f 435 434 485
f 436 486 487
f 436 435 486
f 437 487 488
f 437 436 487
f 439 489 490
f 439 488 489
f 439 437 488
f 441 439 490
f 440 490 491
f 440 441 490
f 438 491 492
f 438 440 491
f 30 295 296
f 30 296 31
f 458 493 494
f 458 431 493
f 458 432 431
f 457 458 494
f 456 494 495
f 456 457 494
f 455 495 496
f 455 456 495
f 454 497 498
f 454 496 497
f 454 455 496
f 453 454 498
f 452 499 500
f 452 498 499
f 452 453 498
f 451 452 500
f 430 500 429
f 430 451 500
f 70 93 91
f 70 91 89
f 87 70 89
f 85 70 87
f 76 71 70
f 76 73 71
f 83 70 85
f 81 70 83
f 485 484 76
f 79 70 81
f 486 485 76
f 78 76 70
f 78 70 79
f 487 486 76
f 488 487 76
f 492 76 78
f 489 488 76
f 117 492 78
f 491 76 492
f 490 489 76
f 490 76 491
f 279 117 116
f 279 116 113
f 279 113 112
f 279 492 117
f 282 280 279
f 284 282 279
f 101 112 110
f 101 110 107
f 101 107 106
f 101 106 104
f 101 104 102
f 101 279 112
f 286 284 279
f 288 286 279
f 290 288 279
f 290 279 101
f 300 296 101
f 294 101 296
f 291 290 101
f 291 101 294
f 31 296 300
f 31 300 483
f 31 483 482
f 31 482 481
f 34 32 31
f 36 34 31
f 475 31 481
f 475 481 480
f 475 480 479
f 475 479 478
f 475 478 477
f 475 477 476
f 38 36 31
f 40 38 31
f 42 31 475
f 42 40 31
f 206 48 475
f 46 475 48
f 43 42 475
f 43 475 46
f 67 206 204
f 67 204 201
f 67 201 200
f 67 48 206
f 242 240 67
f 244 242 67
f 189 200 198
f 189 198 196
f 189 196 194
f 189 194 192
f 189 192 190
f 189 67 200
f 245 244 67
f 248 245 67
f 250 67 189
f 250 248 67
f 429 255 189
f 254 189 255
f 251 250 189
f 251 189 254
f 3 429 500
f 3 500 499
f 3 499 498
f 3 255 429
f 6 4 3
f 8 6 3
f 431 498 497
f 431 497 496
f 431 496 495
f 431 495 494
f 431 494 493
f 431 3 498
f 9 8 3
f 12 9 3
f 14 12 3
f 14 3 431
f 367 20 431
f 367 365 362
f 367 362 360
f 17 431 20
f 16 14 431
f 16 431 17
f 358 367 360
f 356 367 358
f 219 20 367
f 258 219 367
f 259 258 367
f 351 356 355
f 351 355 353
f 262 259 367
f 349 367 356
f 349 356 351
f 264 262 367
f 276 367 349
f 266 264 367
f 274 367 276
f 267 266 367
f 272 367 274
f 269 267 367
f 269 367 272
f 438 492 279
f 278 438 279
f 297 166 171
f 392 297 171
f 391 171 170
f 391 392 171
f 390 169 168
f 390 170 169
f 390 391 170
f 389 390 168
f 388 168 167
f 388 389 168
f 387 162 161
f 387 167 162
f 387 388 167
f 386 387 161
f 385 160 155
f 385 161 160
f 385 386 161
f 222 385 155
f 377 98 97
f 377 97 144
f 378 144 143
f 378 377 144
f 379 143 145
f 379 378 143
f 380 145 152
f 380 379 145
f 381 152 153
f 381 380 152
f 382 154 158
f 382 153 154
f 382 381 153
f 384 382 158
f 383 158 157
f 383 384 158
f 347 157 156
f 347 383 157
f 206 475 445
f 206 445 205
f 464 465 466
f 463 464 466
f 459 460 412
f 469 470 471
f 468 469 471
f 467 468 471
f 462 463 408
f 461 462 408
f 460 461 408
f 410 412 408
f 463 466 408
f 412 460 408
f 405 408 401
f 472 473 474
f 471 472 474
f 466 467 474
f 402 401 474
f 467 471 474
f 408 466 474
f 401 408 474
****************
Assignment.
Take the material above and set it down again exactly.

Answer box.
f 435 434 485
f 436 486 487
f 436 435 486
f 437 487 488
f 437 436 487
f 439 489 490
f 439 488 489
f 439 437 488
f 441 439 490
f 440 490 491
f 440 441 490
f 438 491 492
f 438 440 491
f 30 295 296
f 30 296 31
f 458 493 494
f 458 431 493
f 458 432 431
f 457 458 494
f 456 494 495
f 456 457 494
f 455 495 496
f 455 456 495
f 454 497 498
f 454 496 497
f 454 455 496
f 453 454 498
f 452 499 500
f 452 498 499
f 452 453 498
f 451 452 500
f 430 500 429
f 430 451 500
f 70 93 91
f 70 91 89
f 87 70 89
f 85 70 87
f 76 71 70
f 76 73 71
f 83 70 85
f 81 70 83
f 485 484 76
f 79 70 81
f 486 485 76
f 78 76 70
f 78 70 79
f 487 486 76
f 488 487 76
f 492 76 78
f 489 488 76
f 117 492 78
f 491 76 492
f 490 489 76
f 490 76 491
f 279 117 116
f 279 116 113
f 279 113 112
f 279 492 117
f 282 280 279
f 284 282 279
f 101 112 110
f 101 110 107
f 101 107 106
f 101 106 104
f 101 104 102
f 101 279 112
f 286 284 279
f 288 286 279
f 290 288 279
f 290 279 101
f 300 296 101
f 294 101 296
f 291 290 101
f 291 101 294
f 31 296 300
f 31 300 483
f 31 483 482
f 31 482 481
f 34 32 31
f 36 34 31
f 475 31 481
f 475 481 480
f 475 480 479
f 475 479 478
f 475 478 477
f 475 477 476
f 38 36 31
f 40 38 31
f 42 31 475
f 42 40 31
f 206 48 475
f 46 475 48
f 43 42 475
f 43 475 46
f 67 206 204
f 67 204 201
f 67 201 200
f 67 48 206
f 242 240 67
f 244 242 67
f 189 200 198
f 189 198 196
f 189 196 194
f 189 194 192
f 189 192 190
f 189 67 200
f 245 244 67
f 248 245 67
f 250 67 189
f 250 248 67
f 429 255 189
f 254 189 255
f 251 250 189
f 251 189 254
f 3 429 500
f 3 500 499
f 3 499 498
f 3 255 429
f 6 4 3
f 8 6 3
f 431 498 497
f 431 497 496
f 431 496 495
f 431 495 494
f 431 494 493
f 431 3 498
f 9 8 3
f 12 9 3
f 14 12 3
f 14 3 431
f 367 20 431
f 367 365 362
f 367 362 360
f 17 431 20
f 16 14 431
f 16 431 17
f 358 367 360
f 356 367 358
f 219 20 367
f 258 219 367
f 259 258 367
f 351 356 355
f 351 355 353
f 262 259 367
f 349 367 356
f 349 356 351
f 264 262 367
f 276 367 349
f 266 264 367
f 274 367 276
f 267 266 367
f 272 367 274
f 269 267 367
f 269 367 272
f 438 492 279
f 278 438 279
f 297 166 171
f 392 297 171
f 391 171 170
f 391 392 171
f 390 169 168
f 390 170 169
f 390 391 170
f 389 390 168
f 388 168 167
f 388 389 168
f 387 162 161
f 387 167 162
f 387 388 167
f 386 387 161
f 385 160 155
f 385 161 160
f 385 386 161
f 222 385 155
f 377 98 97
f 377 97 144
f 378 144 143
f 378 377 144
f 379 143 145
f 379 378 143
f 380 145 152
f 380 379 145
f 381 152 153
f 381 380 152
f 382 154 158
f 382 153 154
f 382 381 153
f 384 382 158
f 383 158 157
f 383 384 158
f 347 157 156
f 347 383 157
f 206 475 445
f 206 445 205
f 464 465 466
f 463 464 466
f 459 460 412
f 469 470 471
f 468 469 471
f 467 468 471
f 462 463 408
f 461 462 408
f 460 461 408
f 410 412 408
f 463 466 408
f 412 460 408
f 405 408 401
f 472 473 474
f 471 472 474
f 466 467 474
f 402 401 474
f 467 471 474
f 408 466 474
f 401 408 474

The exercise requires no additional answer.